In the preceding paper, Pedra and his associate13 evaluate the results of percutaneous occlusion of complex ASDs. During an approximately six-year period ending July 2003, attempts to percutaneously occlude ASDs were undertaken in 143 patients. Of these, 40 (28%) were judged to have “complex anatomy.” The complex anatomy was arbitrarily defined as ASDs with stretched diameters larger than 26 mm with a deficient (10 mm) atrial septum (N=4). Device occlusion was unsuccessful in 5 (12.5%) patients; these patients had large defects with either deficient anterior rim or a floppy posterior rim. The remaining 35 patients had Amplatzer (N=31) or Helex (N=4) devices implanted. Immediately following the procedure, there was complete occlusion in 63% patients and 89% were shown to have complete occlusion at mean follow-up of 18 months. The authors conclude that percutaneous closure of complex ASDs is feasible, safe and effective although larger defects with deficient anterior rim and floppy posterior septum may not be suitable candidates for percutaneous closure.
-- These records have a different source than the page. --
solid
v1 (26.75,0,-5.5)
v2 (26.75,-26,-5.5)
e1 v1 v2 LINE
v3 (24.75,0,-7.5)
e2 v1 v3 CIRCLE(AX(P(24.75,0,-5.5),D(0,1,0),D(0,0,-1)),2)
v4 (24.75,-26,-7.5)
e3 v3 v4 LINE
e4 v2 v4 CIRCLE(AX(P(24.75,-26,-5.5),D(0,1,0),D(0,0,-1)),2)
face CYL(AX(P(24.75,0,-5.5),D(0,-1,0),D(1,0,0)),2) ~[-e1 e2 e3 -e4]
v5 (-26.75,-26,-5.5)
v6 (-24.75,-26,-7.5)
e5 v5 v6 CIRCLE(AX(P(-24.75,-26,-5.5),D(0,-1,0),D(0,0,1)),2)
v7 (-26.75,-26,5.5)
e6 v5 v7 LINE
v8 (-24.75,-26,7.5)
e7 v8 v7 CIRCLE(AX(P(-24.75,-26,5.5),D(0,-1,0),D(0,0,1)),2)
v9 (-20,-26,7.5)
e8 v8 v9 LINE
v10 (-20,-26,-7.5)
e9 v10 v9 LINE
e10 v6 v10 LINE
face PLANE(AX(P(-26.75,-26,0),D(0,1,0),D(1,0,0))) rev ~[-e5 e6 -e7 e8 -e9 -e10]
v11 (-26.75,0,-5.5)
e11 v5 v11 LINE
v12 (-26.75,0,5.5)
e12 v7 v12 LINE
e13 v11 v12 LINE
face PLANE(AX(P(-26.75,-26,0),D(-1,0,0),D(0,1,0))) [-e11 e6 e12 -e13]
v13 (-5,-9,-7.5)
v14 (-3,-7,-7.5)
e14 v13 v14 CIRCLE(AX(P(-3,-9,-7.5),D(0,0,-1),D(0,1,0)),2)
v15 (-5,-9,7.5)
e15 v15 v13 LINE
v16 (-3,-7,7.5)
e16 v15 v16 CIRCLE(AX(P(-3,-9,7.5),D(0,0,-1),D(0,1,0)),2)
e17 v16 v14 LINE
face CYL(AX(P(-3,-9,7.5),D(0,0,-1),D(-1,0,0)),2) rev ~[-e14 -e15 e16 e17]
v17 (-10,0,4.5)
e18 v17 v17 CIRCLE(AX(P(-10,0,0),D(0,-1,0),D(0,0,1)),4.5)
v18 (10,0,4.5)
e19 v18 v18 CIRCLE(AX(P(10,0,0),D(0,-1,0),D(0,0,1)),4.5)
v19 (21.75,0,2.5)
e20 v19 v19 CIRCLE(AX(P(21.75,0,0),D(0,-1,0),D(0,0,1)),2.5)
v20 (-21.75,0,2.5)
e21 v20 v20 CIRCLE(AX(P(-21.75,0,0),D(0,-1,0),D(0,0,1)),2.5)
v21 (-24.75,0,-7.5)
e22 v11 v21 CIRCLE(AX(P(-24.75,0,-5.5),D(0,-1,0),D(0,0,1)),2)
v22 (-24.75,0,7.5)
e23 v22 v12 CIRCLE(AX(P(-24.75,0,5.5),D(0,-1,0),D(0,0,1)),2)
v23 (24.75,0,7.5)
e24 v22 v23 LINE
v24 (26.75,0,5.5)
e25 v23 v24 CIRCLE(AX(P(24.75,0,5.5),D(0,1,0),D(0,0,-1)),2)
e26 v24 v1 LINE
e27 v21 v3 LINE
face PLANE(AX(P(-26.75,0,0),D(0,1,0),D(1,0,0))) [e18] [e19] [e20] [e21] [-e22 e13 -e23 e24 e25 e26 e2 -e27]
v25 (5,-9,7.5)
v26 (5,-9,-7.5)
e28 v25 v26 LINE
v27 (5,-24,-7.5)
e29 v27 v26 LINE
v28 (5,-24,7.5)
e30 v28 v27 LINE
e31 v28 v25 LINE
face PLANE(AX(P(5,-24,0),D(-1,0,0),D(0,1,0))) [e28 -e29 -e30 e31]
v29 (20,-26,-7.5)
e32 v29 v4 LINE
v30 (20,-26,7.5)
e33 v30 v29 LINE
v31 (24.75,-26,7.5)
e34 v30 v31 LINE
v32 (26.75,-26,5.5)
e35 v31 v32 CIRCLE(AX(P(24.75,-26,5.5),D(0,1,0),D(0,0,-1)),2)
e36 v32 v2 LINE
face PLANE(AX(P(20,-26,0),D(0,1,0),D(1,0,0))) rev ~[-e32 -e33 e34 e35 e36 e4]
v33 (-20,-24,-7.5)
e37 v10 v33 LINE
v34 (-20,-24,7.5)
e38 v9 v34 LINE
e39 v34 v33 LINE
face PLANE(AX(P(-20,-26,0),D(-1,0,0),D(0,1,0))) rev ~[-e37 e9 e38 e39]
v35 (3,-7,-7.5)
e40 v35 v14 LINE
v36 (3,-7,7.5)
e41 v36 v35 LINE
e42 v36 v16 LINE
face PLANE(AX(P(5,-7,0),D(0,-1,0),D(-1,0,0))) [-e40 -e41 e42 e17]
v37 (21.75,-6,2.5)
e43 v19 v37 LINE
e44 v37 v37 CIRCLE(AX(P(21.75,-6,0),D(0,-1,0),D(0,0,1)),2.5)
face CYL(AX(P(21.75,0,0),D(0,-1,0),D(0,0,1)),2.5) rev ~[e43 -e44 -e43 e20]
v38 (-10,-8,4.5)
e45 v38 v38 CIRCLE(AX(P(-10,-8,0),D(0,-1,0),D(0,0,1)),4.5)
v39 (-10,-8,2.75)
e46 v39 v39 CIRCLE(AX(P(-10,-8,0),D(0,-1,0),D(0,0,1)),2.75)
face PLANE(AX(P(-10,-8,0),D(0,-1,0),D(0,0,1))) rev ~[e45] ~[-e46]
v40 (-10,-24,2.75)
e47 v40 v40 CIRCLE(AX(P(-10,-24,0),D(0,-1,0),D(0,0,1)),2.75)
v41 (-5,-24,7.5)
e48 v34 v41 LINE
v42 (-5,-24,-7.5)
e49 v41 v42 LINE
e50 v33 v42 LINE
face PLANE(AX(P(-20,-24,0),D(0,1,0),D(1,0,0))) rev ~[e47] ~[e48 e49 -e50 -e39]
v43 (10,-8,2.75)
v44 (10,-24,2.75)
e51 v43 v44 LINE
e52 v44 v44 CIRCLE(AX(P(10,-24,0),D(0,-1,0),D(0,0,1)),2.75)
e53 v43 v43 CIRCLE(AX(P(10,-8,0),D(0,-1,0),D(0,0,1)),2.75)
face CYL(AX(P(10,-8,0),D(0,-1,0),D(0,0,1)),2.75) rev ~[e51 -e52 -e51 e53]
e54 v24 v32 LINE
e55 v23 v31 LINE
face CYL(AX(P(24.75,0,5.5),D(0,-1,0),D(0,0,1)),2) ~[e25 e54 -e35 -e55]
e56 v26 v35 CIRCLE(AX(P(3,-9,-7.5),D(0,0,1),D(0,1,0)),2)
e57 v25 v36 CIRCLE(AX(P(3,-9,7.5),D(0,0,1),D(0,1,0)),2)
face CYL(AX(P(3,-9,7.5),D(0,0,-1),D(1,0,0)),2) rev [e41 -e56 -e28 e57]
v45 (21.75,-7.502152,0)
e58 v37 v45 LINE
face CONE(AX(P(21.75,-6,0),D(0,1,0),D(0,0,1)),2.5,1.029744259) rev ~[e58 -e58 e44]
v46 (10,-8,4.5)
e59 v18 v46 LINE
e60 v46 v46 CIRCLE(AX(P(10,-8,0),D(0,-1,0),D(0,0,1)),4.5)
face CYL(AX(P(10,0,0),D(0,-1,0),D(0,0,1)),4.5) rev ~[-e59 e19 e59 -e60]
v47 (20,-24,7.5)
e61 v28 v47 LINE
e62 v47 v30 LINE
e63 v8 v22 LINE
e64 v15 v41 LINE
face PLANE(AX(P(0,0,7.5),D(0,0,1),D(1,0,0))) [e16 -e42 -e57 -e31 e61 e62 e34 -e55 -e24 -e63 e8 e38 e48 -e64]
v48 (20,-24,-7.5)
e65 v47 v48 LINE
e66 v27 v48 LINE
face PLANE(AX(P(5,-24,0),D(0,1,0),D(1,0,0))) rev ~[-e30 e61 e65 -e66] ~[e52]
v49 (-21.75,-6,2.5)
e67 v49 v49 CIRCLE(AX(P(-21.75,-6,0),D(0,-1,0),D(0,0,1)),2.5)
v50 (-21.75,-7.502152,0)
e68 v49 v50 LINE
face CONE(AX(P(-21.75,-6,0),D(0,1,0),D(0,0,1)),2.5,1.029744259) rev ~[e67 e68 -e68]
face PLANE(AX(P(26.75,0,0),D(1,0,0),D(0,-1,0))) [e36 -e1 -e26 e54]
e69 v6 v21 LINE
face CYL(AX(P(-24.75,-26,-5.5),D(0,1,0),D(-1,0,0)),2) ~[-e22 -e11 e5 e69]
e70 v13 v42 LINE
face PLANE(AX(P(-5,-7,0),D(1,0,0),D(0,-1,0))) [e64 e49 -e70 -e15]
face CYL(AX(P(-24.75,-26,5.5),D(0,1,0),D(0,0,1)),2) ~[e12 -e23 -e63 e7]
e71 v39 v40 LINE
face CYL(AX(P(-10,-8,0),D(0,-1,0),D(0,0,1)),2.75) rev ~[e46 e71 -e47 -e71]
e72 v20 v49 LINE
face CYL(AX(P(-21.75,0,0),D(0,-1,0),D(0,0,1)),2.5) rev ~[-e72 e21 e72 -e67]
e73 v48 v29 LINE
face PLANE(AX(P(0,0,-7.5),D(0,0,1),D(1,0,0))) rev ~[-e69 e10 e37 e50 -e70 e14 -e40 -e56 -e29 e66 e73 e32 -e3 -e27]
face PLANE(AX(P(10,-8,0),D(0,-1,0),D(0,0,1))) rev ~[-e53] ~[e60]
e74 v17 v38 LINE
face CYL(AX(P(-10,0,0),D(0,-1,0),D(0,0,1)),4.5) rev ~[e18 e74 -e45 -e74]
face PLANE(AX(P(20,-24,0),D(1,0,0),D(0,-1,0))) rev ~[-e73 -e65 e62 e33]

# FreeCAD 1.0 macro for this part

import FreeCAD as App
import Part
import Sketcher
Q = App.Units.Quantity


def edges_at(feature, points):
    """Names of the edges that pass closest to the given points."""
    edges = feature.Shape.Edges
    near = lambda p: min(range(len(edges)), key=lambda i: edges[i].distToShape(Part.Vertex(*p))[0])
    return sorted({f"Edge{near(p) + 1}" for p in points})

doc = App.newDocument("Part")
params = doc.addObject("Spreadsheet::Sheet", "Params")
for row, (alias, value) in enumerate([
    ("sketch1_width", "10 mm"),
    ("sketch1_height", "2 mm"),
    ("sketch1_height2", "17 mm"),
    ("sketch1_width2", "53.5 mm"),
    ("pad1_length", "15 mm"),
    ("sketch2_diameter", "5.5 mm"),
    ("hole_diameter", "5.5 mm"),
    ("hole_cbore_diameter", "9 mm"),
    ("hole_cbore_depth", "8 mm"),
    ("sketch3_diameter", "5 mm"),
    ("hole2_diameter", "5 mm"),
    ("hole2_depth", "6 mm"),
    ("fillet_radius", "2 mm"),
    ("fillet2_radius", "2 mm"),
], start=1):
    params.set(f"A{row}", alias)
    params.set(f"B{row}", "=" + value)
    params.setAlias(f"B{row}", alias)

body = doc.addObject("PartDesign::Body", "Body")

sketch1 = body.newObject("Sketcher::SketchObject", "Sketch")
sketch1.AttachmentSupport = (doc.getObject("XY_Plane"), [""])
sketch1.MapMode = "FlatFace"
sketch1.addGeometry(Part.LineSegment(App.Vector(26.8, 0, 0), App.Vector(-26.8, 0, 0)), False)
sketch1.addGeometry(Part.LineSegment(App.Vector(-26.8, 0, 0), App.Vector(-26.8, -26, 0)), False)
sketch1.addGeometry(Part.LineSegment(App.Vector(-26.8, -26, 0), App.Vector(-20, -26, 0)), False)
sketch1.addGeometry(Part.LineSegment(App.Vector(-20, -26, 0), App.Vector(-20, -24, 0)), False)
sketch1.addGeometry(Part.LineSegment(App.Vector(-20, -24, 0), App.Vector(-5, -24, 0)), False)
sketch1.addGeometry(Part.LineSegment(App.Vector(-5, -24, 0), App.Vector(-5, -7, 0)), False)
sketch1.addGeometry(Part.LineSegment(App.Vector(-5, -7, 0), App.Vector(5, -7, 0)), False)
sketch1.addGeometry(Part.LineSegment(App.Vector(5, -7, 0), App.Vector(5, -24, 0)), False)
sketch1.addGeometry(Part.LineSegment(App.Vector(5, -24, 0), App.Vector(20, -24, 0)), False)
sketch1.addGeometry(Part.LineSegment(App.Vector(20, -24, 0), App.Vector(20, -26, 0)), False)
sketch1.addGeometry(Part.LineSegment(App.Vector(20, -26, 0), App.Vector(26.8, -26, 0)), False)
sketch1.addGeometry(Part.LineSegment(App.Vector(26.8, -26, 0), App.Vector(26.8, 0, 0)), False)
sketch1.addConstraint(Sketcher.Constraint("Coincident", 0, 2, 1, 1))
sketch1.addConstraint(Sketcher.Constraint("Coincident", 1, 2, 2, 1))
sketch1.addConstraint(Sketcher.Constraint("Coincident", 2, 2, 3, 1))
sketch1.addConstraint(Sketcher.Constraint("Coincident", 3, 2, 4, 1))
sketch1.addConstraint(Sketcher.Constraint("Coincident", 4, 2, 5, 1))
sketch1.addConstraint(Sketcher.Constraint("Coincident", 5, 2, 6, 1))
sketch1.addConstraint(Sketcher.Constraint("Coincident", 6, 2, 7, 1))
sketch1.addConstraint(Sketcher.Constraint("Coincident", 7, 2, 8, 1))
sketch1.addConstraint(Sketcher.Constraint("Coincident", 8, 2, 9, 1))
sketch1.addConstraint(Sketcher.Constraint("Coincident", 9, 2, 10, 1))
sketch1.addConstraint(Sketcher.Constraint("Coincident", 10, 2, 11, 1))
sketch1.addConstraint(Sketcher.Constraint("Coincident", 11, 2, 0, 1))
sketch1.addConstraint(Sketcher.Constraint("Horizontal", 0))
sketch1.addConstraint(Sketcher.Constraint("Vertical", 1))
sketch1.addConstraint(Sketcher.Constraint("Horizontal", 2))
sketch1.addConstraint(Sketcher.Constraint("Vertical", 3))
sketch1.addConstraint(Sketcher.Constraint("Horizontal", 4))
sketch1.addConstraint(Sketcher.Constraint("Vertical", 5))
sketch1.addConstraint(Sketcher.Constraint("Horizontal", 6))
sketch1.addConstraint(Sketcher.Constraint("Vertical", 7))
sketch1.addConstraint(Sketcher.Constraint("Horizontal", 8))
sketch1.addConstraint(Sketcher.Constraint("Vertical", 9))
sketch1.addConstraint(Sketcher.Constraint("Horizontal", 10))
sketch1.addConstraint(Sketcher.Constraint("Vertical", 11))
sketch1.addConstraint(Sketcher.Constraint("Symmetric", 0, 2, 11, 2, -1, 1))
sketch1.addConstraint(Sketcher.Constraint("Symmetric", 4, 2, 7, 2, -2))
sketch1.addConstraint(Sketcher.Constraint("Symmetric", 2, 2, 9, 2, -2))
sketch1.addConstraint(Sketcher.Constraint("DistanceX", 6, 1, 6, 2, Q("10 mm")))
sketch1.addConstraint(Sketcher.Constraint("DistanceY", 3, 1, 3, 2, Q("2 mm")))
sketch1.addConstraint(Sketcher.Constraint("DistanceY", 5, 1, 5, 2, Q("17 mm")))
sketch1.addConstraint(Sketcher.Constraint("DistanceX", 0, 2, 0, 1, Q("53.5 mm")))
sketch1.addConstraint(Sketcher.Constraint("DistanceX", 2, 2, -1, 1, Q("20 mm")))
sketch1.addConstraint(Sketcher.Constraint("DistanceY", 3, 2, -1, 1, Q("24 mm")))
sketch1.setExpression("Constraints[27]", "Params.sketch1_width")
sketch1.setExpression("Constraints[28]", "Params.sketch1_height")
sketch1.setExpression("Constraints[29]", "Params.sketch1_height2")
sketch1.setExpression("Constraints[30]", "Params.sketch1_width2")
pad1 = body.newObject("PartDesign::Pad", "Pad")
pad1.Profile = sketch1
pad1.setExpression("Length", "Params.pad1_length")
pad1.Midplane = True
This is a well-written paper and the authors deserve congratulations for their diligent work in a complex group of ASD patients. Although other investigators addressed this issue,14–17 this work is a valuable addition on this topic. Taking into consideration the incidence of complex anatomy of secundum ASD, the total number of studied cases looks reasonable. However, breaking down this number into several subtypes of complex anatomy resulted in subgroups with only 1 or 2 patients, which makes it difficult to draw solid conclusions on certain types of complex anatomy that these authors reported. The reported experience is confined mostly to the ASO and does not study how other devices would have handled the same complex anatomy.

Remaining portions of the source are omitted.